Collection entries ::

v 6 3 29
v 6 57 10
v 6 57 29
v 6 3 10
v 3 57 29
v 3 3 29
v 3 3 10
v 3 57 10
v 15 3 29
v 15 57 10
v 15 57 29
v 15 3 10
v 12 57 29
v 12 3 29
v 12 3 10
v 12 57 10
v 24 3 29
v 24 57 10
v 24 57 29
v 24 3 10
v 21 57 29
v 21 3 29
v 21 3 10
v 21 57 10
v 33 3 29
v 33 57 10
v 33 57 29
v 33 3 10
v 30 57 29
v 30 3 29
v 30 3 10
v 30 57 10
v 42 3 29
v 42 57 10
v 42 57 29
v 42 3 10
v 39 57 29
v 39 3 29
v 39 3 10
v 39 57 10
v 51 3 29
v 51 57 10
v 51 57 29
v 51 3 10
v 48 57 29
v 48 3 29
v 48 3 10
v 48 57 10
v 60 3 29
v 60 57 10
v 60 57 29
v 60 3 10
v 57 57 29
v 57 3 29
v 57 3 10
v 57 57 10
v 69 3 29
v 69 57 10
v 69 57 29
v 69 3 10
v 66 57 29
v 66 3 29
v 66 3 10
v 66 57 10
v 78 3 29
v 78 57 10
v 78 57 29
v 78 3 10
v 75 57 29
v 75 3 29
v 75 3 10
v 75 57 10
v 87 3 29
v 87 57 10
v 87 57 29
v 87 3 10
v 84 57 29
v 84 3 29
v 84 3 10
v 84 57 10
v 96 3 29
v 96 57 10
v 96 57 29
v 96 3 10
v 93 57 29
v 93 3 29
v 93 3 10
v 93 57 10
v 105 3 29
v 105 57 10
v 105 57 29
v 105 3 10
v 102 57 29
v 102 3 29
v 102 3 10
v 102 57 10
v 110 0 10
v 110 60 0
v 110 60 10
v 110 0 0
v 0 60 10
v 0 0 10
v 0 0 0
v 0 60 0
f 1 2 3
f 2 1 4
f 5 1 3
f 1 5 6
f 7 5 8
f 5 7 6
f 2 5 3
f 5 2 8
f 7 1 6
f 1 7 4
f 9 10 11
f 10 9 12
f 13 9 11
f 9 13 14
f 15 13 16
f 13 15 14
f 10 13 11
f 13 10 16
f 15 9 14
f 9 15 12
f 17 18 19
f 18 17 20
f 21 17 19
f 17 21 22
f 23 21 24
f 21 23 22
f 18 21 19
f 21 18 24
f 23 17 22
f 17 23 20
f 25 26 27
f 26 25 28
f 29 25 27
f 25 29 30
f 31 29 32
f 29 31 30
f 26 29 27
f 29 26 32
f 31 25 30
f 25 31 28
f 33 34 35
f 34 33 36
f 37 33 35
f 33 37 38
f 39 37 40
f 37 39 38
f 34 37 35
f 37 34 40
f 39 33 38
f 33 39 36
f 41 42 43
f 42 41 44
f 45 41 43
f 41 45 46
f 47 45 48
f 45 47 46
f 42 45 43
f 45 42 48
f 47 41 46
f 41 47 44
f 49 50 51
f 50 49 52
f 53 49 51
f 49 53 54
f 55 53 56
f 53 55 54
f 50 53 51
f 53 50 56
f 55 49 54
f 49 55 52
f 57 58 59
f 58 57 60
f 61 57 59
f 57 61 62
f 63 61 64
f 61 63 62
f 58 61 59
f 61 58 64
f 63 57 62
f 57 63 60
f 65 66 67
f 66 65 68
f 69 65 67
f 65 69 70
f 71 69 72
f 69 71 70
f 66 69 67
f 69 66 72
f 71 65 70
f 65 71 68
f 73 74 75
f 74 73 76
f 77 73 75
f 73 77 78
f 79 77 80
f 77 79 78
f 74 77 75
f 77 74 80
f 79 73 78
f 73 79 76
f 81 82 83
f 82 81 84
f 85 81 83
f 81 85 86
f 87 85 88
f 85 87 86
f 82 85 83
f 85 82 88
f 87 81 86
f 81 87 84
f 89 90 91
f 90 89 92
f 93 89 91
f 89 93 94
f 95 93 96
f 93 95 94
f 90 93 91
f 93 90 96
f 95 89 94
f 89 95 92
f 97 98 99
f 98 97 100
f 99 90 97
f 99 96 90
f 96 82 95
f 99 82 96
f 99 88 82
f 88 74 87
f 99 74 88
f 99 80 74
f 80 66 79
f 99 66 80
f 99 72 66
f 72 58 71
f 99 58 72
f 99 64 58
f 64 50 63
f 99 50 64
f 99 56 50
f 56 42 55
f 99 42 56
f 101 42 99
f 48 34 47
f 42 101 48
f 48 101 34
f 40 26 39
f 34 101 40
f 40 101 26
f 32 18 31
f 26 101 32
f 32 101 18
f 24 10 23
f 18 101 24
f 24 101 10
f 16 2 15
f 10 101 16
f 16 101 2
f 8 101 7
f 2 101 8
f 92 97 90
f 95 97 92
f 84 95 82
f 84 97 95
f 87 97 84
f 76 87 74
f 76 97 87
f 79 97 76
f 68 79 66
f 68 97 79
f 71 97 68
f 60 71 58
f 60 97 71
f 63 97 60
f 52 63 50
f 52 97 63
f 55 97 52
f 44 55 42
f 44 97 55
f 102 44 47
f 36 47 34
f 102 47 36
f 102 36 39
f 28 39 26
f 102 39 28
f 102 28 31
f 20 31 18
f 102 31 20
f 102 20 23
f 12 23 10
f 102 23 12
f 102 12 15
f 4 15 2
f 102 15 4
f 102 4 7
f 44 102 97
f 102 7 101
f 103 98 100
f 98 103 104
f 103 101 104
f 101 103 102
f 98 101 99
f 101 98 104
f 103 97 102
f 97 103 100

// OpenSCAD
$fn = 32;

// ----------------------------------------------------------------------
// Heatsink: uniform fin block
// ----------------------------------------------------------------------

// --- parameters (mm) ---
base_l = 110;             // base length, X
base_w = 60;              // base width, Y
base_t = 10;              // base plate thickness
fin_h = 20;               // fin height above the base
fin_t = 3;                // fin thickness
edge = 3;                 // margin from the base ends
pitch = 9;                // fin pitch
fit_tol = 0.1;            // tolerance for press fits, mm
free_tol = 0.5;           // tolerance for clearance fits, mm

n_fins = floor((base_l - 2 * edge - fin_t) / pitch) + 1;  // fin count
total_h = base_t + fin_h - 1;  // overall height

union() {
  cube([base_l, base_w, base_t]);
  for (i = [0 : n_fins - 1])
    translate([edge + i * pitch, edge, base_t - 1])
      cube([fin_t, base_w - 2 * edge, fin_h]);
}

Work instruction ::
Quote all the records. Keep every word exact.

Written response ::
v 6 3 29
v 6 57 10
v 6 57 29
v 6 3 10
v 3 57 29
v 3 3 29
v 3 3 10
v 3 57 10
v 15 3 29
v 15 57 10
v 15 57 29
v 15 3 10
v 12 57 29
v 12 3 29
v 12 3 10
v 12 57 10
v 24 3 29
v 24 57 10
v 24 57 29
v 24 3 10
v 21 57 29
v 21 3 29
v 21 3 10
v 21 57 10
v 33 3 29
v 33 57 10
v 33 57 29
v 33 3 10
v 30 57 29
v 30 3 29
v 30 3 10
v 30 57 10
v 42 3 29
v 42 57 10
v 42 57 29
v 42 3 10
v 39 57 29
v 39 3 29
v 39 3 10
v 39 57 10
v 51 3 29
v 51 57 10
v 51 57 29
v 51 3 10
v 48 57 29
v 48 3 29
v 48 3 10
v 48 57 10
v 60 3 29
v 60 57 10
v 60 57 29
v 60 3 10
v 57 57 29
v 57 3 29
v 57 3 10
v 57 57 10
v 69 3 29
v 69 57 10
v 69 57 29
v 69 3 10
v 66 57 29
v 66 3 29
v 66 3 10
v 66 57 10
v 78 3 29
v 78 57 10
v 78 57 29
v 78 3 10
v 75 57 29
v 75 3 29
v 75 3 10
v 75 57 10
v 87 3 29
v 87 57 10
v 87 57 29
v 87 3 10
v 84 57 29
v 84 3 29
v 84 3 10
v 84 57 10
v 96 3 29
v 96 57 10
v 96 57 29
v 96 3 10
v 93 57 29
v 93 3 29
v 93 3 10
v 93 57 10
v 105 3 29
v 105 57 10
v 105 57 29
v 105 3 10
v 102 57 29
v 102 3 29
v 102 3 10
v 102 57 10
v 110 0 10
v 110 60 0
v 110 60 10
v 110 0 0
v 0 60 10
v 0 0 10
v 0 0 0
v 0 60 0
f 1 2 3
f 2 1 4
f 5 1 3
f 1 5 6
f 7 5 8
f 5 7 6
f 2 5 3
f 5 2 8
f 7 1 6
f 1 7 4
f 9 10 11
f 10 9 12
f 13 9 11
f 9 13 14
f 15 13 16
f 13 15 14
f 10 13 11
f 13 10 16
f 15 9 14
f 9 15 12
f 17 18 19
f 18 17 20
f 21 17 19
f 17 21 22
f 23 21 24
f 21 23 22
f 18 21 19
f 21 18 24
f 23 17 22
f 17 23 20
f 25 26 27
f 26 25 28
f 29 25 27
f 25 29 30
f 31 29 32
f 29 31 30
f 26 29 27
f 29 26 32
f 31 25 30
f 25 31 28
f 33 34 35
f 34 33 36
f 37 33 35
f 33 37 38
f 39 37 40
f 37 39 38
f 34 37 35
f 37 34 40
f 39 33 38
f 33 39 36
f 41 42 43
f 42 41 44
f 45 41 43
f 41 45 46
f 47 45 48
f 45 47 46
f 42 45 43
f 45 42 48
f 47 41 46
f 41 47 44
f 49 50 51
f 50 49 52
f 53 49 51
f 49 53 54
f 55 53 56
f 53 55 54
f 50 53 51
f 53 50 56
f 55 49 54
f 49 55 52
f 57 58 59
f 58 57 60
f 61 57 59
f 57 61 62
f 63 61 64
f 61 63 62
f 58 61 59
f 61 58 64
f 63 57 62
f 57 63 60
f 65 66 67
f 66 65 68
f 69 65 67
f 65 69 70
f 71 69 72
f 69 71 70
f 66 69 67
f 69 66 72
f 71 65 70
f 65 71 68
f 73 74 75
f 74 73 76
f 77 73 75
f 73 77 78
f 79 77 80
f 77 79 78
f 74 77 75
f 77 74 80
f 79 73 78
f 73 79 76
f 81 82 83
f 82 81 84
f 85 81 83
f 81 85 86
f 87 85 88
f 85 87 86
f 82 85 83
f 85 82 88
f 87 81 86
f 81 87 84
f 89 90 91
f 90 89 92
f 93 89 91
f 89 93 94
f 95 93 96
f 93 95 94
f 90 93 91
f 93 90 96
f 95 89 94
f 89 95 92
f 97 98 99
f 98 97 100
f 99 90 97
f 99 96 90
f 96 82 95
f 99 82 96
f 99 88 82
f 88 74 87
f 99 74 88
f 99 80 74
f 80 66 79
f 99 66 80
f 99 72 66
f 72 58 71
f 99 58 72
f 99 64 58
f 64 50 63
f 99 50 64
f 99 56 50
f 56 42 55
f 99 42 56
f 101 42 99
f 48 34 47
f 42 101 48
f 48 101 34
f 40 26 39
f 34 101 40
f 40 101 26
f 32 18 31
f 26 101 32
f 32 101 18
f 24 10 23
f 18 101 24
f 24 101 10
f 16 2 15
f 10 101 16
f 16 101 2
f 8 101 7
f 2 101 8
f 92 97 90
f 95 97 92
f 84 95 82
f 84 97 95
f 87 97 84
f 76 87 74
f 76 97 87
f 79 97 76
f 68 79 66
f 68 97 79
f 71 97 68
f 60 71 58
f 60 97 71
f 63 97 60
f 52 63 50
f 52 97 63
f 55 97 52
f 44 55 42
f 44 97 55
f 102 44 47
f 36 47 34
f 102 47 36
f 102 36 39
f 28 39 26
f 102 39 28
f 102 28 31
f 20 31 18
f 102 31 20
f 102 20 23
f 12 23 10
f 102 23 12
f 102 12 15
f 4 15 2
f 102 15 4
f 102 4 7
f 44 102 97
f 102 7 101
f 103 98 100
f 98 103 104
f 103 101 104
f 101 103 102
f 98 101 99
f 101 98 104
f 103 97 102
f 97 103 100

// OpenSCAD
$fn = 32;

// ----------------------------------------------------------------------
// Heatsink: uniform fin block
// ----------------------------------------------------------------------

// --- parameters (mm) ---
base_l = 110;             // base length, X
base_w = 60;              // base width, Y
base_t = 10;              // base plate thickness
fin_h = 20;               // fin height above the base
fin_t = 3;                // fin thickness
edge = 3;                 // margin from the base ends
pitch = 9;                // fin pitch
fit_tol = 0.1;            // tolerance for press fits, mm
free_tol = 0.5;           // tolerance for clearance fits, mm

n_fins = floor((base_l - 2 * edge - fin_t) / pitch) + 1;  // fin count
total_h = base_t + fin_h - 1;  // overall height

union() {
  cube([base_l, base_w, base_t]);
  for (i = [0 : n_fins - 1])
    translate([edge + i * pitch, edge, base_t - 1])
      cube([fin_t, base_w - 2 * edge, fin_h]);
}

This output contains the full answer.